For a private validator mesh, give every validator a stable VPN address or private DNS name. Configure peers so their advertised peer-to-peer addresses are reachable from the other validators over that network:

toml
trusted_peers = [
  "PUBLIC_KEY_1@10.20.0.11:1337",
  "PUBLIC_KEY_2@10.20.0.12:1337",
  "PUBLIC_KEY_3@10.20.0.13:1337",
  "PUBLIC_KEY_4@10.20.0.14:1337",
]

[network]
address = "10.20.0.11:1337"
public_address = "10.20.0.11:1337"

[torii]
address = "10.20.0.11:8080"

Use the address assigned to the current peer in network.address and network.public_address. Each peer should list the same trusted peer identities, but with addresses that are reachable from its own VPN route table.

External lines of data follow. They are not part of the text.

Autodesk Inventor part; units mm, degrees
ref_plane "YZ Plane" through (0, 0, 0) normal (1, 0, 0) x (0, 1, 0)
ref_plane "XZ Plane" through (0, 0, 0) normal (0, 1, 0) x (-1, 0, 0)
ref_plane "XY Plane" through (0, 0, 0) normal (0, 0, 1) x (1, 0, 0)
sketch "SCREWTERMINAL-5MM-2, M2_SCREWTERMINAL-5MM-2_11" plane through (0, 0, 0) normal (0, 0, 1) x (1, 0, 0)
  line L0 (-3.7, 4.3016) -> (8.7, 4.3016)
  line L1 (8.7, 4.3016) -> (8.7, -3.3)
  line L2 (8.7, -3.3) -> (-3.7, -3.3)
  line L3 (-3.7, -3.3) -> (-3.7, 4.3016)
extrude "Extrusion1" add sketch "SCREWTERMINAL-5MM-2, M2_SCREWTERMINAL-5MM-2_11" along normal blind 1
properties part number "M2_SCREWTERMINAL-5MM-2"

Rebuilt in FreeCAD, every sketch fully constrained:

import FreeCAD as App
import Part
import Sketcher

V = App.Vector
Q = App.Units.Quantity

doc = App.newDocument("Part")
body = doc.addObject("PartDesign::Body", "Body")

sketch1 = body.newObject("Sketcher::SketchObject", "Sketch")
sketch1.AttachmentSupport = (doc.getObject("XY_Plane"), [""])
sketch1.MapMode = "FlatFace"
sketch1.addGeometry([
    Part.LineSegment(V(8.7, 4.3016, 0), V(-3.7, 4.3016, 0)),
    Part.LineSegment(V(-3.7, 4.3016, 0), V(-3.7, -3.3, 0)),
    Part.LineSegment(V(-3.7, -3.3, 0), V(8.7, -3.3, 0)),
    Part.LineSegment(V(8.7, -3.3, 0), V(8.7, 4.3016, 0)),
], False)
sketch1.addConstraint([
    Sketcher.Constraint("Coincident", 0, 2, 1, 1),
    Sketcher.Constraint("Coincident", 1, 2, 2, 1),
    Sketcher.Constraint("Coincident", 2, 2, 3, 1),
    Sketcher.Constraint("Coincident", 3, 2, 0, 1),
    Sketcher.Constraint("Horizontal", 0),
    Sketcher.Constraint("Vertical", 1),
    Sketcher.Constraint("Horizontal", 2),
    Sketcher.Constraint("Vertical", 3),
    Sketcher.Constraint("DistanceX", 0, 2, 0, 1, Q("12.4 mm")),
    Sketcher.Constraint("DistanceX", 0, 2, -1, 1, Q("3.7 mm")),
    Sketcher.Constraint("DistanceY", 1, 2, -1, 1, Q("3.3 mm")),
    Sketcher.Constraint("DistanceY", 1, 2, 1, 1, Q("7.6016 mm")),
])
pad1 = body.newObject("PartDesign::Pad", "Pad")
pad1.Profile = sketch1
pad1.Length = 1

doc.recompute()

Client and CLI configurations should point at a Torii endpoint reachable through the VPN or through a controlled internal gateway:

toml
torii_url = "http://10.20.0.11:8080"

If Torii must be available outside the VPN, put it behind a reverse proxy or load balancer that provides TLS, authentication, rate limiting, and logging. Avoid exposing raw peer-to-peer ports or administration endpoints directly to the public internet.

Firewall Rules

Use host and cloud firewall rules even when a VPN is present:

ServiceRecommended access
Peer-to-peer portOther validator VPN addresses only
ToriiApplication backends, operators, or trusted client VPN ranges
Metrics and health checksMonitoring systems on the operator network
SSH and administrationBastion host, privileged operator VPN range, or break-glass process
Backups and storage replicationBackup systems on a private network

Default-deny rules are easier to audit than broad allow rules. When a new peer joins the network, update the VPN membership, firewall allow list, and Iroha trusted peer configuration as one coordinated change.

Operational Checklist

  • Choose an audited and actively maintained VPN implementation, such as WireGuard, IPsec, or an organization-approved managed private network.
  • Use unique VPN credentials for each host and operator. Do not share VPN keys between validators.
  • Keep VPN credentials separate from Iroha private keys and genesis signing material.
  • Monitor VPN latency, packet loss, reconnects, and route changes. Consensus is sensitive to sustained network instability.
  • Test the effective MTU. Packet fragmentation can look like intermittent peer or Torii failures.
  • Document which VPN ranges are allowed to reach peer-to-peer, Torii, metrics, SSH, and backup endpoints.
  • Rotate VPN credentials when a host, operator account, or organization leaves the network.
  • Avoid a single VPN gateway as the only route between validators. Plan redundant gateways or site-to-site routes for production networks.
  • Include VPN failures in incident response drills so operators know when to distinguish a network partition from an Iroha process failure.